The 27th and last Tamar Class lifeboat, allocated to The Mumbles, was launched 12 March 2013 in Devonport Dockyard and after sea trials was handed over to the RNLI on 21 May 2013. 14 lifeboat stations keep Tamars moored afloat, 13 launch them down slipways, and the remaining 4 form a Relief Fleet to cover when boats are unavailable for service.
The Tamar has a new design of crew workstation with seats that can move up and down 20 centimetres (7.9 in) as the boat passes through rough seas at high speed, and a networked computerised Systems and Information Management System (SIMS) which allows the crew to monitor and control the boat entirely from within the wheelhouse. The coxswain and helmsman have seat-mounted throttles, trackerball and joystick controls of the rudder. Alternatively the boat may be monitored and controlled by two controls on the bridge: Dual throttle controls and joystick on the left; dual throttle, wheel and control-screen on the right. All aspects of the vessel may also be controlled from this position.

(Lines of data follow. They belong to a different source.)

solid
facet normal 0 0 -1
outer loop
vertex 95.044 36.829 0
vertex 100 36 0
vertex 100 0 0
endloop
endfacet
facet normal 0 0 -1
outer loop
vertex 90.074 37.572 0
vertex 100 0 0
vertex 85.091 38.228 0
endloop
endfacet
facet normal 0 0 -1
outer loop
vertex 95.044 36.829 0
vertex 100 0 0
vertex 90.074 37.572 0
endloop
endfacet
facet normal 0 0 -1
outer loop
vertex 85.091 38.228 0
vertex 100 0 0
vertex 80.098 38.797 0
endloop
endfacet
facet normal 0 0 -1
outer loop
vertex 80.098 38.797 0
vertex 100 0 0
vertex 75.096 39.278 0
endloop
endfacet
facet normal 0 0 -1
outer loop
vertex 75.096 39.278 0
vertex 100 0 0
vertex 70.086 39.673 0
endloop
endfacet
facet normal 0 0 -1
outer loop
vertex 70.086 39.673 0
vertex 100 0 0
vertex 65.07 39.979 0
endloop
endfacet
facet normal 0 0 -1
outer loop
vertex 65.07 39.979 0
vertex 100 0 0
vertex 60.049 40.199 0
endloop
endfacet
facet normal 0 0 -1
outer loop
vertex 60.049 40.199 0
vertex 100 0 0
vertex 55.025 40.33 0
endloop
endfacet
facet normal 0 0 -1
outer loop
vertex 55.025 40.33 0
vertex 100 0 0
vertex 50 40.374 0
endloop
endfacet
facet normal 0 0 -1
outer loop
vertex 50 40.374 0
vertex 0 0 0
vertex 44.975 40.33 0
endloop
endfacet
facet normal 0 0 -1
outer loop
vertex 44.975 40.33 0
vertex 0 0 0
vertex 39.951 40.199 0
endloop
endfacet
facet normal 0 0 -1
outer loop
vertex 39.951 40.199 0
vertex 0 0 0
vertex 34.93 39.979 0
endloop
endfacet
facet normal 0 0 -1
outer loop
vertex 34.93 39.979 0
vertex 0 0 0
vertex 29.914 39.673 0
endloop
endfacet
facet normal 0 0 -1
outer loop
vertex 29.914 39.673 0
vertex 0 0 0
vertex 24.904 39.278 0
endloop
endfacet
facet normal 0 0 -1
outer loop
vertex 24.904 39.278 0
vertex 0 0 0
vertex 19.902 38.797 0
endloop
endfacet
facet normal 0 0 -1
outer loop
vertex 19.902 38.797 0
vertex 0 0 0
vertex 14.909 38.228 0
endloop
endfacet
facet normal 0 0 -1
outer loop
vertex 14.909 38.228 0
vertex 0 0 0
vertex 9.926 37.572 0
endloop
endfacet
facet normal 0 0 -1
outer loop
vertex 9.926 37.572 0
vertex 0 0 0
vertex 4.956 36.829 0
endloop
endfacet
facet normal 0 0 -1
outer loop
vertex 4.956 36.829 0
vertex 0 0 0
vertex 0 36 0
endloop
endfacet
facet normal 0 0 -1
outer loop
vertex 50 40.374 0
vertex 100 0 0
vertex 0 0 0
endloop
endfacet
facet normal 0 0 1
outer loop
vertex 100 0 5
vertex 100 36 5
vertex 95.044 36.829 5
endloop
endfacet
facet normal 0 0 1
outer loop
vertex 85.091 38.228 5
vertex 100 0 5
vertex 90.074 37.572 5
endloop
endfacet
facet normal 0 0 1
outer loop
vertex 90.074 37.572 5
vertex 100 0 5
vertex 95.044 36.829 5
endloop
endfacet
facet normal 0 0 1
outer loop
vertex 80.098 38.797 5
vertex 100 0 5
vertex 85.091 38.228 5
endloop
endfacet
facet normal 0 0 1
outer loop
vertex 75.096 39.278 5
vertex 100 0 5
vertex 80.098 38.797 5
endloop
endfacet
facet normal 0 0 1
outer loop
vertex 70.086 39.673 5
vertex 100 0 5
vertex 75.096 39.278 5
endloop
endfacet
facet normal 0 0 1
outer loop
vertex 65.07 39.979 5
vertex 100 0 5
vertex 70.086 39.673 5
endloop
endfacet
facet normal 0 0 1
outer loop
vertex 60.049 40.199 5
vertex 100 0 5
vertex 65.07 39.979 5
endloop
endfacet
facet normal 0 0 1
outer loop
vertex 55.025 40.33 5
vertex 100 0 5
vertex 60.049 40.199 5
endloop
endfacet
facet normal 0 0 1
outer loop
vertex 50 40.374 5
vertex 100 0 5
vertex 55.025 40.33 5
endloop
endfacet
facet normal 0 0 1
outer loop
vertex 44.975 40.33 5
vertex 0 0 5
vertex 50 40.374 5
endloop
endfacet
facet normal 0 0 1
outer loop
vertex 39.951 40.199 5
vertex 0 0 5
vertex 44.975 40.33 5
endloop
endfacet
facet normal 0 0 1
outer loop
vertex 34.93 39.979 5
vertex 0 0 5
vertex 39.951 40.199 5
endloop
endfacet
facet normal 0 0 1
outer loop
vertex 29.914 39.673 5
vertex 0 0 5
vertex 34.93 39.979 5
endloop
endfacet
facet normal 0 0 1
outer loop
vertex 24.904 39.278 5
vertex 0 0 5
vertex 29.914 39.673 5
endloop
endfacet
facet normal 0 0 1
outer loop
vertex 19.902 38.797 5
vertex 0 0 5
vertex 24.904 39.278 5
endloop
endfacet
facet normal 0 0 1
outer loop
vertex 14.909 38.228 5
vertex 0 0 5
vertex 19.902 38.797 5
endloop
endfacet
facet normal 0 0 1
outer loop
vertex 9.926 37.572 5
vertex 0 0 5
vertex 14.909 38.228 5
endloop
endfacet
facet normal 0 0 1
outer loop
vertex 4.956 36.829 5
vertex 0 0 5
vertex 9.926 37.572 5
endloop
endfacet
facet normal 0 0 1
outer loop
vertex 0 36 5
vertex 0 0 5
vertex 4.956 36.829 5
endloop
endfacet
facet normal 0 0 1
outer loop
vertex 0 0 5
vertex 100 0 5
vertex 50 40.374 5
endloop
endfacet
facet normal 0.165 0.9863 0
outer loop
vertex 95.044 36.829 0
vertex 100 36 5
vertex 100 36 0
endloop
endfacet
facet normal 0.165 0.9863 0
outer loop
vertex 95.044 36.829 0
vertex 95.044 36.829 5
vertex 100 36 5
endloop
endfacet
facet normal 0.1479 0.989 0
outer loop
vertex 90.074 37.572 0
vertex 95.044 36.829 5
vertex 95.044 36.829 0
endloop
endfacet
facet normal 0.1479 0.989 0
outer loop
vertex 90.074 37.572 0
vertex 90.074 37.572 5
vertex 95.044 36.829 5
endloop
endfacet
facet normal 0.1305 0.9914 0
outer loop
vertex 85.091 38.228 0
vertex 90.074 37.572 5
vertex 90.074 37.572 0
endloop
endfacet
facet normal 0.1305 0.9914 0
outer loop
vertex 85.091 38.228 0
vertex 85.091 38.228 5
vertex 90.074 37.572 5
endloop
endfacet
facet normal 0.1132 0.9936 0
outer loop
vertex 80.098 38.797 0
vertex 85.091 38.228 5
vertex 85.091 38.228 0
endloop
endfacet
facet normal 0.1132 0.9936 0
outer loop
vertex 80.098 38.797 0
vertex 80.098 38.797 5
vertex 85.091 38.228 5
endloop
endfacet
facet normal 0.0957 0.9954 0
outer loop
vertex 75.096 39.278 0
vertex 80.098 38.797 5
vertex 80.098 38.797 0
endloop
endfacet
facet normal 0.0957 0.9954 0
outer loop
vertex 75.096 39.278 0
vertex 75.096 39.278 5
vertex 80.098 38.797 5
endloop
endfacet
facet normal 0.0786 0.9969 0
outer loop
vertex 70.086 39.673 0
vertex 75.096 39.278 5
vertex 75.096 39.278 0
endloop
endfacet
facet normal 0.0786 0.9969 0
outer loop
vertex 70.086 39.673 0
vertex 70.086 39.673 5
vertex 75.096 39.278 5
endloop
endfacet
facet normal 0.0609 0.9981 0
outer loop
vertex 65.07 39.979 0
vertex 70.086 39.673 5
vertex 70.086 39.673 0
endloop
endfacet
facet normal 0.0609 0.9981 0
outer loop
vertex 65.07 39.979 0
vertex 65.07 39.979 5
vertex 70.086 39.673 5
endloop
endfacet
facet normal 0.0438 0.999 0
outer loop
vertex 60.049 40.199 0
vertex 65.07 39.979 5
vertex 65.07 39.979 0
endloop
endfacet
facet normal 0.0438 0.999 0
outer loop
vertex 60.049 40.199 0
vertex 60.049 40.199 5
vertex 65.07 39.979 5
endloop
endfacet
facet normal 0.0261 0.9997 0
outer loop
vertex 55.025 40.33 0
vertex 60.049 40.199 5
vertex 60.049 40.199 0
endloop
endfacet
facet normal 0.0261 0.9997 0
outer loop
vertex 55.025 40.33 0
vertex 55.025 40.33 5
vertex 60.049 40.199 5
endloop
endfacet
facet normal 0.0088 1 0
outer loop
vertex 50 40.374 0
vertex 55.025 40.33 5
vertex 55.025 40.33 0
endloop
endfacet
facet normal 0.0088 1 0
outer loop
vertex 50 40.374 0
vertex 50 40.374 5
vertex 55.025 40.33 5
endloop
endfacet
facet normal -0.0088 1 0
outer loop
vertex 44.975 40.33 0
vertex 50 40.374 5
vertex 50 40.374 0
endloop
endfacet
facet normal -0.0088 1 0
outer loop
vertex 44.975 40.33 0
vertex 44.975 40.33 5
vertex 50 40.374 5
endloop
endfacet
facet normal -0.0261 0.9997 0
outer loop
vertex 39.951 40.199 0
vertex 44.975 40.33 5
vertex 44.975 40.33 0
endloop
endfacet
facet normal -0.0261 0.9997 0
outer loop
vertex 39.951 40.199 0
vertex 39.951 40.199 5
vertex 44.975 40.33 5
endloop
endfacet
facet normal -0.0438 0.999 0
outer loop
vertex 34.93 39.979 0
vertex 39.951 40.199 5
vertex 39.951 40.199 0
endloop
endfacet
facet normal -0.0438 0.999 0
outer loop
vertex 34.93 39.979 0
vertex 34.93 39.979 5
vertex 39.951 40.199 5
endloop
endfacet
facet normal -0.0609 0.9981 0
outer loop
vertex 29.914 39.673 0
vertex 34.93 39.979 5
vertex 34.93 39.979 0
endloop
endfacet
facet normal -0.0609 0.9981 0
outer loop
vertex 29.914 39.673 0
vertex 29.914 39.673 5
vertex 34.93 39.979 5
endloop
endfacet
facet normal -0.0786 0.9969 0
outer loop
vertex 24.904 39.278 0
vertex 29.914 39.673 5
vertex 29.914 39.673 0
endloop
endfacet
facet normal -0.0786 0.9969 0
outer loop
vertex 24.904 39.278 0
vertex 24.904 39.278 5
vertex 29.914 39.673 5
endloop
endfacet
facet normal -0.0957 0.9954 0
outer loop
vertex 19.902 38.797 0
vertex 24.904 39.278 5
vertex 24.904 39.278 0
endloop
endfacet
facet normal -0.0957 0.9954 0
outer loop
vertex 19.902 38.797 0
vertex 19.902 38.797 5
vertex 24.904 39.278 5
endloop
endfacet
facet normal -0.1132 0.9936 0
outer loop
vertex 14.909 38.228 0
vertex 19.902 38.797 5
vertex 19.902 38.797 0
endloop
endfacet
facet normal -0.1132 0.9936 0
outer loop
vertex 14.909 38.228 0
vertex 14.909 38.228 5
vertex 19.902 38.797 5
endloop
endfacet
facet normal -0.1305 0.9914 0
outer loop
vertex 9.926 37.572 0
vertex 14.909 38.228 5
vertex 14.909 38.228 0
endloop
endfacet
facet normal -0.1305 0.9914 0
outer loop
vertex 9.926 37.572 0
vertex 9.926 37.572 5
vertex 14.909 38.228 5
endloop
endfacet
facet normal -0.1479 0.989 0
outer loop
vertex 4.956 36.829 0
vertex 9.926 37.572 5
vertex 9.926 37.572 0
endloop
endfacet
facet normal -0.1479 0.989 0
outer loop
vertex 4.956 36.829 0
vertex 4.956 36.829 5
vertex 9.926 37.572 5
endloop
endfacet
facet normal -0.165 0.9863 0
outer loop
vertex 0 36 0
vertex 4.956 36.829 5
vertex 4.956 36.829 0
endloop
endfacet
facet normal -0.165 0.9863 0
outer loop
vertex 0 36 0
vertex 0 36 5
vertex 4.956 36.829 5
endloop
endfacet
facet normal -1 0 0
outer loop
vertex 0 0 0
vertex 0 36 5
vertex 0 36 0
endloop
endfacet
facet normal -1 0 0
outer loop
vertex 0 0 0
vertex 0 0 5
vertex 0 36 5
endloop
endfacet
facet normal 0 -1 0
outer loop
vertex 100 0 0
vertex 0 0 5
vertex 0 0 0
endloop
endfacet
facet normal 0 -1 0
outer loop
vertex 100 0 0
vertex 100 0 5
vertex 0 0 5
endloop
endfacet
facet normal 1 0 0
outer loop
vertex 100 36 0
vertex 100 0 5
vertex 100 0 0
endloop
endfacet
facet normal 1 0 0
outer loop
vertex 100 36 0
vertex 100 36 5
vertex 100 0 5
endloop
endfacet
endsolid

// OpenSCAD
$fn = 32;

// ----------------------------------------------------------------------
// Arc profile plate: crown, 23 points
// ----------------------------------------------------------------------

// --- parameters (mm) ---
bar_l = 100;              // bar length, X
bar_w = 36;               // bar height at the ends, Y
arc_r = 287.94;           // radius of the crown arc
arc_angle = 20;           // crown arc angle, degrees
crown_rise = 4.37;        // rise of the crown over the ends
arc_step = 1;             // sampling step of the crown arc, degrees
plate_t = 5;              // plate thickness, Z

bbox_y = bar_w + crown_rise;  // full height with the crown

profile = [[100, 36], [95.044, 36.829], [90.074, 37.572], [85.091, 38.228], [80.098, 38.797], [75.096, 39.278], [70.086, 39.673], [65.07, 39.979], [60.049, 40.199], [55.025, 40.33], [50, 40.374], [44.975, 40.33], [39.951, 40.199], [34.93, 39.979], [29.914, 39.673], [24.904, 39.278], [19.902, 38.797], [14.909, 38.228], [9.926, 37.572], [4.956, 36.829], [0, 36], [0, 0], [100, 0]];  // primary outline, 23 points, counter clockwise

// --- the one profile operation ---
linear_extrude(height = plate_t) polygon(points = profile);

The lifeboat is completely water-tight allowing it to self-right with up to 60 people on board. The boat has the potential to carry a maximum of 120 passengers on board, but without self-righting capability. The Survivors Space has room for 10 sitting and 8 standing. The Survivors Space is accessed either through the Wheelhouse or the fore deck Emergency Escape Hatch.
Each Tamar carries a Y Class inflatable boat which can be deployed and recovered while at sea. There is a provision for a PWC (Personal Water Craft, more commonly known as a jetski) to be specified instead, should it prove more suitable.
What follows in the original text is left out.